The Joint Commission has released the 2010 National Patient Safety Goals. The Joint Commission sets standards for, evaluates, and accredits more than 16,000 healthcare organizations and programs in the United States. These include hospitals and home health agencies as well as ambulatory care services, behavioral health programs, clinical laboratories, and long term care organizations. In addition, The Joint Commission provides certification of disease-specific care programs, primary stroke centers, and health care staffing services.

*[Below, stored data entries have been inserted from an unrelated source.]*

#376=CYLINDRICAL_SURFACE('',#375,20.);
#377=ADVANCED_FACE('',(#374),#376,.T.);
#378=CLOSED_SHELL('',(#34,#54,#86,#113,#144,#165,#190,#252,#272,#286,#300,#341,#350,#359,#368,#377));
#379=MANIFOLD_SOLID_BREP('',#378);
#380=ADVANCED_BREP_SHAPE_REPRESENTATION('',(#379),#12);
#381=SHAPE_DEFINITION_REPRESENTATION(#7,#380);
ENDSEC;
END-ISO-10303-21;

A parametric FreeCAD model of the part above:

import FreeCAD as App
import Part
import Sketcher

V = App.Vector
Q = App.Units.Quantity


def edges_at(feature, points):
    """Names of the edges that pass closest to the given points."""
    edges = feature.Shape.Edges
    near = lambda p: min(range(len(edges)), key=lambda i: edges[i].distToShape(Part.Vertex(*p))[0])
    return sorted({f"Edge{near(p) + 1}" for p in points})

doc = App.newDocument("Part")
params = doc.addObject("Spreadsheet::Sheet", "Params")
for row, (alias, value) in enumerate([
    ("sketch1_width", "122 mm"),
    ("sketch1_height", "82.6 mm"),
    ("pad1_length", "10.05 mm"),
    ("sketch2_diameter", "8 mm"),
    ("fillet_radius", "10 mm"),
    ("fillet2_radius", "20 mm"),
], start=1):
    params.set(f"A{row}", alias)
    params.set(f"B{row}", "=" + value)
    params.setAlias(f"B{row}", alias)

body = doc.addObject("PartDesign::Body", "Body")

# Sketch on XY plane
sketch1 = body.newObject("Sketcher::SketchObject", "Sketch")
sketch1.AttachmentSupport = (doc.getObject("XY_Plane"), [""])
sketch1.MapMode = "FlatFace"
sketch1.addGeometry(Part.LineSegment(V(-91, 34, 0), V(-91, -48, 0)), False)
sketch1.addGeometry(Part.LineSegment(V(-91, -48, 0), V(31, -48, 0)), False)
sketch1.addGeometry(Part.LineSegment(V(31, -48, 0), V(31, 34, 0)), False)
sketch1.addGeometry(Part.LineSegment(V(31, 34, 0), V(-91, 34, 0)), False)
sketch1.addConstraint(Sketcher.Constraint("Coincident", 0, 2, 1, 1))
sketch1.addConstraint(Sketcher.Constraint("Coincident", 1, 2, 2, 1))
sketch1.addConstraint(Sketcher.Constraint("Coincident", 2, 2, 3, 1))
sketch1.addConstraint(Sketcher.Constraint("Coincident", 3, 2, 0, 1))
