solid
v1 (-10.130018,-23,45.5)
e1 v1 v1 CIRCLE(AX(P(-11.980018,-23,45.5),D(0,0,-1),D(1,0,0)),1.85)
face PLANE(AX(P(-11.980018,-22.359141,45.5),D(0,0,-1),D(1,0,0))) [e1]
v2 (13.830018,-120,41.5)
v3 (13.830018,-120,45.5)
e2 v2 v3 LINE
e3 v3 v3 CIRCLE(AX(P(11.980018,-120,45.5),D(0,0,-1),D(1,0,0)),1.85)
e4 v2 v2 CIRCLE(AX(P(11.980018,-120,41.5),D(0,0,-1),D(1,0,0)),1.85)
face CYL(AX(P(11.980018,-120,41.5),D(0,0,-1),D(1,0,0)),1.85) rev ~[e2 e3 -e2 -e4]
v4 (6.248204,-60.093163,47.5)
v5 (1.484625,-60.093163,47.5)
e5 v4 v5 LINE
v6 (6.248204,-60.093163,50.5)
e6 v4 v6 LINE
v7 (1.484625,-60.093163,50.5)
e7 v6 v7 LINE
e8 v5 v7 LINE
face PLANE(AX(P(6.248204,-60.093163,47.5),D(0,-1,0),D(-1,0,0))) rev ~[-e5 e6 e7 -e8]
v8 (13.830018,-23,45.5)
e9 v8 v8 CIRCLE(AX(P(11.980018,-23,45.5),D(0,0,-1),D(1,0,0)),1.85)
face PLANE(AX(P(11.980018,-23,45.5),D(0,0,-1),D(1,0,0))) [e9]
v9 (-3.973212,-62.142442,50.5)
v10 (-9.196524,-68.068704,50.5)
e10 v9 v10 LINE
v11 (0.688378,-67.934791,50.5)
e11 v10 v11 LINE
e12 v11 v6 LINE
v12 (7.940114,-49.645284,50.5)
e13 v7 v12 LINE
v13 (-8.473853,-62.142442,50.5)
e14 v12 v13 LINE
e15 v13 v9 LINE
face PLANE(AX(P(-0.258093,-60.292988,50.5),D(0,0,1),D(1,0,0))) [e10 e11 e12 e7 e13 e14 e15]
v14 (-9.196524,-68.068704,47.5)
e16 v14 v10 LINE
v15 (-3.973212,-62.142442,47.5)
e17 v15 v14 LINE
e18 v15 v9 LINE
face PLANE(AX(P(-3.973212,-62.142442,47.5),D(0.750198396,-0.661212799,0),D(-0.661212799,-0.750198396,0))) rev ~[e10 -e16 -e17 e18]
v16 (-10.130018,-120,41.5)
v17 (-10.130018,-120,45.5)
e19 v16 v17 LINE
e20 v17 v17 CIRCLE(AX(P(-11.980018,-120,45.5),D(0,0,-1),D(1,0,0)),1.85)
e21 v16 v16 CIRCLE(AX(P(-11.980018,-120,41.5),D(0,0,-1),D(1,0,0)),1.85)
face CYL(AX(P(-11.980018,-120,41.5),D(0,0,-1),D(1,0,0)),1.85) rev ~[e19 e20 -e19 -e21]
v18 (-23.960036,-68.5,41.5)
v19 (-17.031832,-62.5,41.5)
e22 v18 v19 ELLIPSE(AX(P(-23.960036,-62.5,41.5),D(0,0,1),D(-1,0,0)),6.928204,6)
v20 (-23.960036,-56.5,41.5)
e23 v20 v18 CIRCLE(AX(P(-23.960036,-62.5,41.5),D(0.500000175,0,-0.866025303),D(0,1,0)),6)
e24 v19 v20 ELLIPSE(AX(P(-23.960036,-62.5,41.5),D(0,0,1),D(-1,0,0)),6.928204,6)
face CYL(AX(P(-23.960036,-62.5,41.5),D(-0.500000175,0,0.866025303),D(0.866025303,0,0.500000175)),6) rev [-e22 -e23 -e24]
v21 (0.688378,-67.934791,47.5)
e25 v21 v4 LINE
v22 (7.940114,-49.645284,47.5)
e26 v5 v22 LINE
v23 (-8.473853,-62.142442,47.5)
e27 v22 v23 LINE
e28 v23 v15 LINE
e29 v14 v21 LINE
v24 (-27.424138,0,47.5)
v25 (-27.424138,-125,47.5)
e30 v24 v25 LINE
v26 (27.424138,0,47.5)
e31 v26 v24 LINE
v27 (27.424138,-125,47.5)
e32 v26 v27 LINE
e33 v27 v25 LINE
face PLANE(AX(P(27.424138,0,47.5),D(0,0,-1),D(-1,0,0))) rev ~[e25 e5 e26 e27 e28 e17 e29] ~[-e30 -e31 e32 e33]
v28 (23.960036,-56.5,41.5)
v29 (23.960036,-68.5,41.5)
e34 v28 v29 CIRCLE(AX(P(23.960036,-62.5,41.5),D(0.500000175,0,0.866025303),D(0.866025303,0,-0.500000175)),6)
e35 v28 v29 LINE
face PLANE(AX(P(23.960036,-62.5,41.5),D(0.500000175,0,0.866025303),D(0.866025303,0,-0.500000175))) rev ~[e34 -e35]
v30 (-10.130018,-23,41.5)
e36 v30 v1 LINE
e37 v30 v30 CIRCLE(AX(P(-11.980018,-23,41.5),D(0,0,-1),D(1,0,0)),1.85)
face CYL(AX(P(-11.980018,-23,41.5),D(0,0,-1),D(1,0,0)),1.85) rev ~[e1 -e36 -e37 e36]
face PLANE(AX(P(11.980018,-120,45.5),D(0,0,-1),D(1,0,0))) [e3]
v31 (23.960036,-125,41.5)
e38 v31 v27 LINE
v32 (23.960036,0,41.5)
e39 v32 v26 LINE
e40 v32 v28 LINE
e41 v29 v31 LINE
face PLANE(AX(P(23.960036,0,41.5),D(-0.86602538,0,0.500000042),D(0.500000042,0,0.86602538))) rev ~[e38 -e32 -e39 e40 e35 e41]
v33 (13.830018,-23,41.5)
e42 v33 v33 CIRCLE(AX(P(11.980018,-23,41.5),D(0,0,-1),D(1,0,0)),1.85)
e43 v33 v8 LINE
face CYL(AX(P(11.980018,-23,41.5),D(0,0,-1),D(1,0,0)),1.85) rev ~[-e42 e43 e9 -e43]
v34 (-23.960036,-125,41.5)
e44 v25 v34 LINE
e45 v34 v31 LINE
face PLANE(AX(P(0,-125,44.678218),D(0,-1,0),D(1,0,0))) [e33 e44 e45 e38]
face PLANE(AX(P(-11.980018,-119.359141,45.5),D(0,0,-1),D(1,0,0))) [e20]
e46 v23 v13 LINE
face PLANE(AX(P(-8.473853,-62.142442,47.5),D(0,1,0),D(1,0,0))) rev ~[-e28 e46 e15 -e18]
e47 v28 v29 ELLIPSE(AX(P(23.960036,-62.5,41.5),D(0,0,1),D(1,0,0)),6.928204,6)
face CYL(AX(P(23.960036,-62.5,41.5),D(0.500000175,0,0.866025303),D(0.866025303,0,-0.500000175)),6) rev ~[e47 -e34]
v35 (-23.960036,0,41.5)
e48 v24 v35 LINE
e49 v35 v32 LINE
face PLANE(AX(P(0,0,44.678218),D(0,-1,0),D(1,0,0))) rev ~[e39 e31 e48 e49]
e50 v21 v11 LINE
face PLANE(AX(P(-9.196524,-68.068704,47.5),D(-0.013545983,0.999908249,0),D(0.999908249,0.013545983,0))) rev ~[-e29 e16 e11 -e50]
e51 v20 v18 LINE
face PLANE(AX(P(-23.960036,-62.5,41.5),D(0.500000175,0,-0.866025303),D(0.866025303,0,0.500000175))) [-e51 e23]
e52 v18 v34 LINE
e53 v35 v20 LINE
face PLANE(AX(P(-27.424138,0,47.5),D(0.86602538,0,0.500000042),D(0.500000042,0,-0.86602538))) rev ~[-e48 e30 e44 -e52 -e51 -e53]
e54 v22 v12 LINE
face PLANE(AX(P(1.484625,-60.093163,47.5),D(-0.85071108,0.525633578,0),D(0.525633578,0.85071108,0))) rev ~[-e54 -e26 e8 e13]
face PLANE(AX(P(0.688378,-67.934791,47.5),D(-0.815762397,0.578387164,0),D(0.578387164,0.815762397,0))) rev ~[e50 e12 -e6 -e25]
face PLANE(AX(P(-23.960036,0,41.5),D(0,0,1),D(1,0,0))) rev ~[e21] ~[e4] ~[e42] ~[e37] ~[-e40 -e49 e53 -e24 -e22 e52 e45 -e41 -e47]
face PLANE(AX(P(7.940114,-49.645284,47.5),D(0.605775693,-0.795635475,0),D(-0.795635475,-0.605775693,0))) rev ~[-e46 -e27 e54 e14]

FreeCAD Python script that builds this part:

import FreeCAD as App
import Part
import Sketcher

V = App.Vector
Q = App.Units.Quantity


def add_polygon(sketch, points):
    """Adds a closed chain of lines whose ends are joined by coincident constraints."""
    first, n = sketch.GeometryCount, len(points)
    for a, b in zip(points, points[1:] + points[:1]):
        sketch.addGeometry(Part.LineSegment(App.Vector(*a, 0), App.Vector(*b, 0)), False)
    for i in range(n):
        sketch.addConstraint(Sketcher.Constraint("Coincident", first + i, 2, first + (i + 1) % n, 1))

doc = App.newDocument("Part")
params = doc.addObject("Spreadsheet::Sheet", "Params")
for row, (alias, value) in enumerate([
    ("pad1_length", "125 mm"),
    ("sketch2_diameter", "3.7 mm"),
    ("pocket1_length", "4 mm"),
    ("pad2_length", "3 mm"),
    ("sketch4_diameter", "12 mm"),
    ("pocket2_length", "25 mm"),
    ("sketch5_diameter", "12 mm"),
    ("pocket3_length", "25 mm"),
], start=1):
    params.set(f"A{row}", alias)
    params.set(f"B{row}", "=" + value)
    params.setAlias(f"B{row}", alias)

body = doc.addObject("PartDesign::Body", "Body")

sketch1 = body.newObject("Sketcher::SketchObject", "Sketch")
sketch1.AttachmentSupport = (doc.getObject("XZ_Plane"), [""])
sketch1.MapMode = "FlatFace"
add_polygon(sketch1, [(27, 48), (-27, 48), (-24, 42), (24, 42)])
sketch1.addConstraint(Sketcher.Constraint("Horizontal", 0))
sketch1.addConstraint(Sketcher.Constraint("Horizontal", 2))
sketch1.addConstraint(Sketcher.Constraint("Equal", 1, 3))
sketch1.addConstraint(Sketcher.Constraint("Angle", 1, Q("-59.999997 deg")))
sketch1.addConstraint(Sketcher.Constraint("DistanceY", 1, 2, 0, 2, Q("6 mm")))
sketch1.addConstraint(Sketcher.Constraint("DistanceY", -1, 1, 0, 2, Q("47.5 mm")))
sketch1.addConstraint(Sketcher.Constraint("DistanceX", 2, 1, 2, 2, Q("47.920072 mm")))
sketch1.addConstraint(Sketcher.Constraint("DistanceX", 0, 2, -1, 1, Q("27.424138 mm")))
pad1 = body.newObject("PartDesign::Pad", "Pad")
pad1.Profile = sketch1
pad1.setExpression("Length", "Params.pad1_length")

sketch2 = body.newObject("Sketcher::SketchObject", "Sketch001")
sketch2.AttachmentSupport = (doc.getObject("XY_Plane"), [""])
sketch2.MapMode = "FlatFace"
sketch2.AttachmentOffset = App.Placement(V(0, 0, 41.5), App.Rotation())
sketch2.addGeometry(Part.Circle(V(-12, -120, 0), V(0, 0, 1), 1.9), False)
sketch2.addGeometry(Part.Circle(V(12, -120, 0), V(0, 0, 1), 1.9), False)
sketch2.addGeometry(Part.Circle(V(-12, -23, 0), V(0, 0, 1), 1.9), False)
sketch2.addGeometry(Part.Circle(V(12, -23, 0), V(0, 0, 1), 1.9), False)
sketch2.addConstraint(Sketcher.Constraint("Equal", 0, 1))
sketch2.addConstraint(Sketcher.Constraint("Equal", 1, 2))
sketch2.addConstraint(Sketcher.Constraint("Equal", 2, 3))
sketch2.addConstraint(Sketcher.Constraint("Symmetric", 0, 3, 1, 3, -2))
sketch2.addConstraint(Sketcher.Constraint("Symmetric", 2, 3, 3, 3, -2))
sketch2.addConstraint(Sketcher.Constraint("Vertical", 0, 3, 2, 3))
sketch2.addConstraint(Sketcher.Constraint("Diameter", 0, Q("3.7 mm")))
sketch2.addConstraint(Sketcher.Constraint("DistanceY", 0, 3, -1, 1, Q("120 mm")))
sketch2.addConstraint(Sketcher.Constraint("DistanceY", 2, 3, -1, 1, Q("23 mm")))
sketch2.addConstraint(Sketcher.Constraint("DistanceX", 0, 3, -1, 1, Q("11.980018 mm")))
sketch2.setExpression("Constraints[6]", "Params.sketch2_diameter")
pocket1 = body.newObject("PartDesign::Pocket", "Pocket")
pocket1.Profile = sketch2
pocket1.setExpression("Length", "Params.pocket1_length")
pocket1.Reversed = True

sketch3 = body.newObject("Sketcher::SketchObject", "Sketch002")
sketch3.AttachmentSupport = (doc.getObject("XY_Plane"), [""])
sketch3.MapMode = "FlatFace"
sketch3.AttachmentOffset = App.Placement(V(0, 0, 47.5), App.Rotation())
add_polygon(sketch3, [(-4, -62.1), (-9.2, -68.1), (0.7, -67.9), (6.2, -60.1), (1.5, -60.1), (7.9, -49.6), (-8.5, -62.1)])
sketch3.addConstraint(Sketcher.Constraint("Horizontal", 3))
sketch3.addConstraint(Sketcher.Constraint("Horizontal", 6))
sketch3.addConstraint(Sketcher.Constraint("DistanceX", 3, 2, 3, 1, Q("4.763579 mm")))
sketch3.addConstraint(Sketcher.Constraint("DistanceX", 6, 1, 6, 2, Q("4.500641 mm")))
sketch3.addConstraint(Sketcher.Constraint("Distance", 1, Q("9.885809 mm")))
sketch3.addConstraint(Sketcher.Constraint("Distance", 4, Q("12.281348 mm")))
sketch3.addConstraint(Sketcher.Constraint("Distance", 5, Q("20.630009 mm")))
sketch3.addConstraint(Sketcher.Constraint("DistanceX", -1, 1, 1, 2, Q("0.688378 mm")))
sketch3.addConstraint(Sketcher.Constraint("DistanceY", 1, 2, -1, 1, Q("67.934791 mm")))
sketch3.addConstraint(Sketcher.Constraint("DistanceY", 1, 2, 2, 2, Q("7.841628 mm")))
sketch3.addConstraint(Sketcher.Constraint("DistanceX", 0, 2, 2, 2, Q("15.444728 mm")))
sketch3.addConstraint(Sketcher.Constraint("DistanceY", 0, 2, 2, 2, Q("7.975541 mm")))
sketch3.addConstraint(Sketcher.Constraint("DistanceX", 2, 2, 4, 2, Q("1.69191 mm")))
sketch3.addConstraint(Sketcher.Constraint("DistanceX", 0, 2, 5, 2, Q("0.722671 mm")))
pad2 = body.newObject("PartDesign::Pad", "Pad001")
pad2.Profile = sketch3
pad2.setExpression("Length", "Params.pad2_length")

sketch4 = body.newObject("Sketcher::SketchObject", "Sketch003")
sketch4.Placement = App.Placement(V(-23.960036, 0, 41.5), App.Rotation(V(0.866025303, 0, 0.500000175), V(0, -1, 0), V(0.500000175, 0, -0.866025303), "ZXY"))
sketch4.addGeometry(Part.Circle(V(0, 63, 0), V(0, 0, 1), 6), False)
sketch4.addConstraint(Sketcher.Constraint("PointOnObject", 0, 3, -2))
sketch4.addConstraint(Sketcher.Constraint("Diameter", 0, Q("12 mm")))
sketch4.addConstraint(Sketcher.Constraint("DistanceY", -1, 1, 0, 3, Q("62.5 mm")))
sketch4.setExpression("Constraints[1]", "Params.sketch4_diameter")
pocket2 = body.newObject("PartDesign::Pocket", "Pocket001")
pocket2.Profile = sketch4
pocket2.setExpression("Length", "Params.pocket2_length")
pocket2.Reversed = True

sketch5 = body.newObject("Sketcher::SketchObject", "Sketch004")
sketch5.Placement = App.Placement(V(23.960036, 0, 41.5), App.Rotation(V(0.866025303, 0, -0.500000175), V(0, 1, 0), V(0.500000175, 0, 0.866025303), "ZXY"))
sketch5.addGeometry(Part.Circle(V(0, -63, 0), V(0, 0, 1), 6), False)
sketch5.addConstraint(Sketcher.Constraint("PointOnObject", 0, 3, -2))
sketch5.addConstraint(Sketcher.Constraint("Diameter", 0, Q("12 mm")))
sketch5.addConstraint(Sketcher.Constraint("DistanceY", 0, 3, -1, 1, Q("62.5 mm")))
sketch5.setExpression("Constraints[1]", "Params.sketch5_diameter")
pocket3 = body.newObject("PartDesign::Pocket", "Pocket002")
pocket3.Profile = sketch5
pocket3.setExpression("Length", "Params.pocket3_length")

doc.recompute()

The 2010 effort has streamlined the goals, refined language, and emphasized the importance of the healthcare-associated infections goal. This goal was first released in 2009 and is to be fully implemented in 2010. There has been increased attention paid to the development of healthcare-associated infections due to multi-antibiotic resistant organisms. Some states collect information from hospitals and report on the incidence of such infections. Some plaintiff attorneys have filed suits related to hospital-acquired infections, under these theories of liability:

  1. Transmission of infection to the patient
  2. Delay in diagnosis of infection
  3. Improper treatment of infection

The 2010 Goal applies to methicillin-resistant staphylococcus aureus (MRSA), clostridium difficile (c-diff), Vancomycin-resistant enterococci, multidrug-resistant gram-negative bacteria, among others organisms. The goal focuses on:

  1. Conduction of periodic risk assessments for multidrug-resistant organism acquisition and transmission
  2. Provision of education for staff at the time of hire and annually thereafter
  3. Education of patients and families who are infected or colonized with a multidrug –resistant organism about healthcare-associated infection strategies
  4. Implementation of a surveillance program for multidrug-resistant organisms based on the risk assessment
  5. Measurement and monitoring of prevention processes
  6. Provision of multidrug-resistant organism process and outcome data to key stakeholders, including leaders, licensed independent practitioners, nursing staff and other clinicians
  7. Implementation of policies and practices aimed at reducing the risk of transmitting multidrug-resistant organisms
  8. When indicated by the risk assessment, implementation of a laboratory-based alert system that identifies new patients with multidrug-resistant organisms
  9. When indicated by the risk assessment, implementation of an alert system that identifies readmitted or transferred patients who are known to be positive for multidrug-resistant organisms

What can you do to protect yourself and your loved ones in a healthcare environment? The single biggest action you can take is to insist that healthcare providers wash their hands before contact with the patient. This is not the time to be shy. Speak up. This is an issue foremost in my mind this week as my husband prepares to enter the hospital for a triple bypass. I’ll be washing my hands before touching him and trusting that the healthcare providers will do the same.